Summary
- The latest semi-annual report shows FRA had covered its distribution in the last six months.
- That was from the prior reporting period, when they had trimmed the payout.
- As a floating rate fund, future NII could increase, and that should bode well for coverage and a chance for an increase in the distribution.
Written by Nick Ackerman, co-produced by Stanford Chemist. This article was originally published to members of the CEF/ETF Income Laboratory on August 30th, 2022.

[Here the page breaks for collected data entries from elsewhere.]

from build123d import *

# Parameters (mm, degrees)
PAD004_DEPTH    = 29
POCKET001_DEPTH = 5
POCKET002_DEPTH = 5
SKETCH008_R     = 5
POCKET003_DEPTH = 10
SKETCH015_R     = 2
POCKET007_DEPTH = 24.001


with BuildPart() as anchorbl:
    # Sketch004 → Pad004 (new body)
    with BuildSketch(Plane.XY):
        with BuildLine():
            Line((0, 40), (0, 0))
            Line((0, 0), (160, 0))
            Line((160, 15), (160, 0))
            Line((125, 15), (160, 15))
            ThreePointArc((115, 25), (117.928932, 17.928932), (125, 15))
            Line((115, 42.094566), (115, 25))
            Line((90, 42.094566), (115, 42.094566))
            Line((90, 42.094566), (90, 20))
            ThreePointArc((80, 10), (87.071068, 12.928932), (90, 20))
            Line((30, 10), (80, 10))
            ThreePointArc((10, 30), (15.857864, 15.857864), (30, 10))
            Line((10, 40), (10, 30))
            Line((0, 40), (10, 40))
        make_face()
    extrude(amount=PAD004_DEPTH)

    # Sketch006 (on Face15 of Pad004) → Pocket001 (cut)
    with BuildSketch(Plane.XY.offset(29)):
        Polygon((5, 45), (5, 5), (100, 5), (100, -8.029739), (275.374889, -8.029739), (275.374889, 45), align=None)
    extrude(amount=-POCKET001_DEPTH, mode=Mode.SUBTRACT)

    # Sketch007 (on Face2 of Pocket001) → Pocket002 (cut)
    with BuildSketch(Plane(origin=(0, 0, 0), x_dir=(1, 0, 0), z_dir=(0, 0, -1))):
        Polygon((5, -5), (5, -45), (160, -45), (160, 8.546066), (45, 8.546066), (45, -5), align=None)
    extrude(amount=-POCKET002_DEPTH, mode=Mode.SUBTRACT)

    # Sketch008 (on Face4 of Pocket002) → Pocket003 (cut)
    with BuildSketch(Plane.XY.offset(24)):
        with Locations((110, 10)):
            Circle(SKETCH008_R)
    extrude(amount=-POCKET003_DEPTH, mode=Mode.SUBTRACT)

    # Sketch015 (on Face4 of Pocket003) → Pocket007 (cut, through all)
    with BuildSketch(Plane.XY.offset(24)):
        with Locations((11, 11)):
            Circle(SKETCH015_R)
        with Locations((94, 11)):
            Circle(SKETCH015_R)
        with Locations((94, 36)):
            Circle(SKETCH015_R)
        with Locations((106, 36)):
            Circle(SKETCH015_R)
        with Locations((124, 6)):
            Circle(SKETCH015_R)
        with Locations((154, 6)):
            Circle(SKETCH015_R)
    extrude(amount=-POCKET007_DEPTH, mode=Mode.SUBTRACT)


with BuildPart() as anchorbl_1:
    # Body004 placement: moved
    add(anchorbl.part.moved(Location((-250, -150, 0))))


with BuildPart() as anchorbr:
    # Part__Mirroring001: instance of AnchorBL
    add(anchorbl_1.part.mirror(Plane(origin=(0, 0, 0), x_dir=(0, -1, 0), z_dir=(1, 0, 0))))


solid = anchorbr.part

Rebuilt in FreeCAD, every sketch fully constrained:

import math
import FreeCAD as App
import Part
import Sketcher
Q = App.Units.Quantity

doc = App.newDocument("Part")
body = doc.addObject("PartDesign::Body", "Body")

# Sketch on XY plane
sketch1 = doc.addObject("Sketcher::SketchObject", "Sketch")
body.addObject(sketch1)
sketch1.AttachmentSupport = (doc.XY_Plane, [""])
sketch1.MapMode = "FlatFace"
sketch1.addGeometry([
    Part.LineSegment(App.Vector(0, 40, 0), App.Vector(0, 0, 0)),  # 0
    Part.LineSegment(App.Vector(0, 0, 0), App.Vector(160, 0, 0)),  # 1
    Part.LineSegment(App.Vector(160, 0, 0), App.Vector(160, 15, 0)),  # 2
    Part.LineSegment(App.Vector(160, 15, 0), App.Vector(125, 15, 0)),  # 3
    Part.ArcOfCircle(Part.Circle(App.Vector(125, 25, 0), App.Vector(0, 0, 1), 10), math.radians(180), math.radians(270)),  # 4
    Part.LineSegment(App.Vector(115, 25, 0), App.Vector(115, 42, 0)),  # 5
    Part.LineSegment(App.Vector(115, 42, 0), App.Vector(90, 42, 0)),  # 6
    Part.LineSegment(App.Vector(90, 42, 0), App.Vector(90, 20, 0)),  # 7
    Part.ArcOfCircle(Part.Circle(App.Vector(80, 20, 0), App.Vector(0, 0, 1), 10), math.radians(-90), math.radians(0)),  # 8
    Part.LineSegment(App.Vector(80, 10, 0), App.Vector(30, 10, 0)),  # 9
    Part.ArcOfCircle(Part.Circle(App.Vector(30, 30, 0), App.Vector(0, 0, 1), 20), math.radians(180), math.radians(270)),  # 10
    Part.LineSegment(App.Vector(10, 30, 0), App.Vector(10, 40, 0)),  # 11
    Part.LineSegment(App.Vector(10, 40, 0), App.Vector(0, 40, 0)),  # 12
], False)
sketch1.addConstraint([
    Sketcher.Constraint("Coincident", 0, 2, 1, 1),
    Sketcher.Constraint("Coincident", 1, 2, 2, 1),
    Sketcher.Constraint("Coincident", 2, 2, 3, 1),
    Sketcher.Constraint("Tangent", 3, 2, 4, 2),
    Sketcher.Constraint("Tangent", 4, 1, 5, 1),
    Sketcher.Constraint("Coincident", 5, 2, 6, 1),
    Sketcher.Constraint("Coincident", 6, 2, 7, 1),
    Sketcher.Constraint("Tangent", 7, 2, 8, 2),
    Sketcher.Constraint("Tangent", 8, 1, 9, 1),
    Sketcher.Constraint("Tangent", 9, 2, 10, 2),
    Sketcher.Constraint("Tangent", 10, 1, 11, 1),
    Sketcher.Constraint("Coincident", 11, 2, 12, 1),
    Sketcher.Constraint("Coincident", 12, 2, 0, 1),
    Sketcher.Constraint("Vertical", 0),
    Sketcher.Constraint("Horizontal", 1),
    Sketcher.Constraint("Vertical", 2),
    Sketcher.Constraint("Horizontal", 3),
    Sketcher.Constraint("Vertical", 5),
    Sketcher.Constraint("Horizontal", 6),
    Sketcher.Constraint("Vertical", 7),
    Sketcher.Constraint("Horizontal", 9),
    Sketcher.Constraint("Vertical", 11),
    Sketcher.Constraint("Horizontal", 12),
    Sketcher.Constraint("Coincident", 0, 2, -1, 1),
    Sketcher.Constraint("Equal", 4, 8),
    Sketcher.Constraint("Equal", 12, 11),
    Sketcher.Constraint("Radius", 4, Q("9.999999 mm")),
    Sketcher.Constraint("Radius", 10, Q("19.999999 mm")),
    Sketcher.Constraint("DistanceX", 1, 1, 1, 2, Q("160 mm")),
    Sketcher.Constraint("DistanceX", 3, 2, 3, 1, Q("35 mm")),
    Sketcher.Constraint("DistanceX", 6, 2, 6, 1, Q("25 mm")),
    Sketcher.Constraint("DistanceX", 9, 2, 9, 1, Q("50 mm")),
    Sketcher.Constraint("DistanceY", 0, 2, 0, 1, Q("40 mm")),
    Sketcher.Constraint("DistanceY", 2, 1, 2, 2, Q("15 mm")),
    Sketcher.Constraint("DistanceY", 5, 1, 5, 2, Q("17.094566 mm")),
])
pad1 = doc.addObject("PartDesign::Pad", "Pad")
body.addObject(pad1)
pad1.Profile = sketch1
pad1.Length = 29

# Sketch on XY plane
sketch2 = doc.addObject("Sketcher::SketchObject", "Sketch001")
body.addObject(sketch2)
sketch2.AttachmentSupport = (doc.XY_Plane, [""])
sketch2.MapMode = "FlatFace"
sketch2.AttachmentOffset = App.Placement(App.Vector(0, 0, 29), App.Rotation())
sketch2.addGeometry([
    Part.LineSegment(App.Vector(5, 45, 0), App.Vector(5, 5, 0)),  # 0
    Part.LineSegment(App.Vector(5, 5, 0), App.Vector(100, 5, 0)),  # 1
    Part.LineSegment(App.Vector(100, 5, 0), App.Vector(100, -8, 0)),  # 2
    Part.LineSegment(App.Vector(100, -8, 0), App.Vector(275, -8, 0)),  # 3
    Part.LineSegment(App.Vector(275, -8, 0), App.Vector(275, 45, 0)),  # 4
    Part.LineSegment(App.Vector(275, 45, 0), App.Vector(5, 45, 0)),  # 5
], False)
sketch2.addConstraint([
    Sketcher.Constraint("Coincident", 0, 2, 1, 1),
    Sketcher.Constraint("Coincident", 1, 2, 2, 1),
    Sketcher.Constraint("Coincident", 2, 2, 3, 1),
    Sketcher.Constraint("Coincident", 3, 2, 4, 1),
    Sketcher.Constraint("Coincident", 4, 2, 5, 1),
    Sketcher.Constraint("Coincident", 5, 2, 0, 1),
    Sketcher.Constraint("Vertical", 0),
    Sketcher.Constraint("Horizontal", 1),
    Sketcher.Constraint("Vertical", 2),
    Sketcher.Constraint("Horizontal", 3),
    Sketcher.Constraint("Vertical", 4),
    Sketcher.Constraint("Horizontal", 5),
    Sketcher.Constraint("DistanceX", 1, 1, 1, 2, Q("95 mm")),
    Sketcher.Constraint("DistanceY", 0, 2, 0, 1, Q("40 mm")),
    Sketcher.Constraint("DistanceX", -1, 1, 0, 2, Q("5 mm")),
    Sketcher.Constraint("DistanceY", -1, 1, 0, 2, Q("5 mm")),
    Sketcher.Constraint("DistanceX", 3, 1, 3, 2, Q("175.374889 mm")),
    Sketcher.Constraint("DistanceY", 2, 2, 2, 1, Q("13.029739 mm")),
])
pocket1 = doc.addObject("PartDesign::Pocket", "Pocket")
body.addObject(pocket1)
pocket1.Profile = sketch2
pocket1.Length = 5

# Sketch on XY plane
sketch3 = doc.addObject("Sketcher::SketchObject", "Sketch002")
body.addObject(sketch3)
sketch3.AttachmentSupport = (doc.XY_Plane, [""])
sketch3.MapMode = "FlatFace"
sketch3.addGeometry([
    Part.LineSegment(App.Vector(5, 5, 0), App.Vector(5, 45, 0)),  # 0
    Part.LineSegment(App.Vector(5, 45, 0), App.Vector(160, 45, 0)),  # 1
    Part.LineSegment(App.Vector(160, 45, 0), App.Vector(160, -9, 0)),  # 2
    Part.LineSegment(App.Vector(160, -9, 0), App.Vector(45, -9, 0)),  # 3
    Part.LineSegment(App.Vector(45, -9, 0), App.Vector(45, 5, 0)),  # 4
    Part.LineSegment(App.Vector(45, 5, 0), App.Vector(5, 5, 0)),  # 5
], False)
sketch3.addConstraint([
    Sketcher.Constraint("Coincident", 0, 2, 1, 1),
    Sketcher.Constraint("Coincident", 1, 2, 2, 1),
    Sketcher.Constraint("Coincident", 2, 2, 3, 1),
    Sketcher.Constraint("Coincident", 3, 2, 4, 1),
    Sketcher.Constraint("Coincident", 4, 2, 5, 1),
    Sketcher.Constraint("Coincident", 5, 2, 0, 1),
    Sketcher.Constraint("Vertical", 0),
    Sketcher.Constraint("Horizontal", 1),
    Sketcher.Constraint("Vertical", 2),
    Sketcher.Constraint("Horizontal", 3),
    Sketcher.Constraint("Vertical", 4),
    Sketcher.Constraint("Horizontal", 5),
    Sketcher.Constraint("Equal", 5, 0),
    Sketcher.Constraint("DistanceX", 1, 1, 1, 2, Q("155 mm")),
    Sketcher.Constraint("DistanceX", 3, 2, 3, 1, Q("115 mm")),
    Sketcher.Constraint("DistanceX", -1, 1, 0, 2, Q("5 mm")),
    Sketcher.Constraint("DistanceY", -1, 1, 0, 2, Q("45 mm")),
    Sketcher.Constraint("DistanceY", 2, 2, 2, 1, Q("53.546066 mm")),
])
pocket2 = doc.addObject("PartDesign::Pocket", "Pocket001")
body.addObject(pocket2)
pocket2.Profile = sketch3
pocket2.Length = 5
pocket2.Reversed = True

# Sketch on XY plane
sketch4 = doc.addObject("Sketcher::SketchObject", "Sketch003")
body.addObject(sketch4)
sketch4.AttachmentSupport = (doc.XY_Plane, [""])
sketch4.MapMode = "FlatFace"
sketch4.AttachmentOffset = App.Placement(App.Vector(0, 0, 24), App.Rotation())
sketch4.addGeometry(Part.Circle(App.Vector(110, 10, 0), App.Vector(0, 0, 1), 5), False)
sketch4.addConstraint([
    Sketcher.Constraint("Diameter", 0, Q("10 mm")),
    Sketcher.Constraint("DistanceX", -1, 1, 0, 3, Q("110 mm")),
    Sketcher.Constraint("DistanceY", -1, 1, 0, 3, Q("10 mm")),
])
pocket3 = doc.addObject("PartDesign::Pocket", "Pocket002")
body.addObject(pocket3)
pocket3.Profile = sketch4
pocket3.Length = 10

# Sketch on XY plane
sketch5 = doc.addObject("Sketcher::SketchObject", "Sketch004")
body.addObject(sketch5)
sketch5.AttachmentSupport = (doc.XY_Plane, [""])
sketch5.MapMode = "FlatFace"
sketch5.AttachmentOffset = App.Placement(App.Vector(0, 0, 24), App.Rotation())
sketch5.addGeometry([
    Part.Circle(App.Vector(11, 11, 0), App.Vector(0, 0, 1), 2),  # 0
    Part.Circle(App.Vector(94, 11, 0), App.Vector(0, 0, 1), 2),  # 1
    Part.Circle(App.Vector(94, 36, 0), App.Vector(0, 0, 1), 2),  # 2
    Part.Circle(App.Vector(106, 36, 0), App.Vector(0, 0, 1), 2),  # 3
    Part.Circle(App.Vector(124, 6, 0), App.Vector(0, 0, 1), 2),  # 4
    Part.Circle(App.Vector(154, 6, 0), App.Vector(0, 0, 1), 2),  # 5
], False)
sketch5.addConstraint([
    Sketcher.Constraint("Equal", 0, 1),
    Sketcher.Constraint("Equal", 1, 2),
    Sketcher.Constraint("Equal", 2, 3),
    Sketcher.Constraint("Equal", 3, 4),
    Sketcher.Constraint("Equal", 4, 5),
    Sketcher.Constraint("Horizontal", 0, 3, 1, 3),
    Sketcher.Constraint("Horizontal", 2, 3, 3, 3),
    Sketcher.Constraint("Horizontal", 4, 3, 5, 3),
    Sketcher.Constraint("Vertical", 1, 3, 2, 3),
    Sketcher.Constraint("Diameter", 0, Q("4 mm")),
    Sketcher.Constraint("DistanceX", -1, 1, 0, 3, Q("11 mm")),
    Sketcher.Constraint("DistanceY", -1, 1, 0, 3, Q("11 mm")),
    Sketcher.Constraint("DistanceX", -1, 1, 1, 3, Q("94 mm")),
    Sketcher.Constraint("DistanceY", -1, 1, 2, 3, Q("36 mm")),
    Sketcher.Constraint("DistanceX", -1, 1, 3, 3, Q("106 mm")),
    Sketcher.Constraint("DistanceX", -1, 1, 4, 3, Q("124 mm")),
    Sketcher.Constraint("DistanceY", -1, 1, 4, 3, Q("6 mm")),
    Sketcher.Constraint("DistanceX", -1, 1, 5, 3, Q("154 mm")),
])
pocket4 = doc.addObject("PartDesign::Pocket", "Pocket003")
body.addObject(pocket4)
pocket4.Profile = sketch5
pocket4.Type = "ThroughAll"
body2 = doc.addObject("PartDesign::Body", "Body001")
doc.recompute()

body.Placement = App.Placement(App.Vector(-250, -150, 0), App.Rotation(App.Vector(0, 0, 1), 0))
boolean = doc.addObject("PartDesign::Boolean", "Boolean")
body2.addObject(boolean)
boolean.Type = "Fuse"
boolean.addObjects([body])
body3 = doc.addObject("PartDesign::Body", "Body002")
doc.recompute()

mirroring = doc.addObject("Part::Mirroring", "Mirroring")
mirroring.Source = body2
mirroring.Base = App.Vector(0, 0, 0)
mirroring.Normal = App.Vector(1, 0, 0)
body3.BaseFeature = mirroring
doc.recompute()
body2.Visibility = False
mirroring.Visibility = False

doc.recompute()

BlackRock Floating Rate Income Strategies ( FRA ) had their latest semi-annual report showing some good results in terms of distribution coverage. However, it was primarily a result of the reduced distribution from the previous reporting period. The annualized income generated in the latest report was only a slight increase.
On the other hand, with primarily floating rate exposure, the fund's income is set to continue to increase. That should bode well for investors as the distribution's cut could be reversed, seeing increases in the coming years. On top of this, the fund's current discount is quite attractive. Though not quite the 13%+ discount we saw in our last update .
The Basics
- 1-Year Z-score: -0.64
- Discount: 7.04%
- Distribution Yield: 6.59%
- Expense Ratio: 1.17%
- Leverage: .0.16%
- Managed Assets: $643.3 million
- Structure: Perpetual
FRA's investment objective is "to provide shareholders with high current income and such preservation of capital as is consistent with investments in a diversified, leveraged portfolio consisting of floating-rate debt securities and instruments."
To achieve this investment objective, "at least 80% of its assets in floating rate debt securities, including floating or variable rate debt securities that pay interest at rates that adjust whenever a specified interest rate changes and/or which reset on predetermined dates." As is typical with these sorts of funds - the portfolio "invests a substantial portion of its investments in floating rate debt securities consisting of secured or unsecured senior floating rate loans that are rated below investment grade."
The weighting towards below-investment-grade will be a function of the type of investments they are making. Junk-rated companies dominate the senior loan fund space. They wouldn't be issuing floating-rate loans if they could help it. That means it can be more sensitive to economic conditions.
The fund's expense ratio in the latest semi-annual report came to 1.17%; when including leverage expenses, it came to 1.76%. Those are the leverage expenses that should rise when rates rise. To give somewhat of an idea, the fund's expense ratio climbed to 2.45% in 2019, at its peak in the last five years. The Fed is expected to be even more aggressive through this cycle, which only gives us a loose guide of what to expect from here.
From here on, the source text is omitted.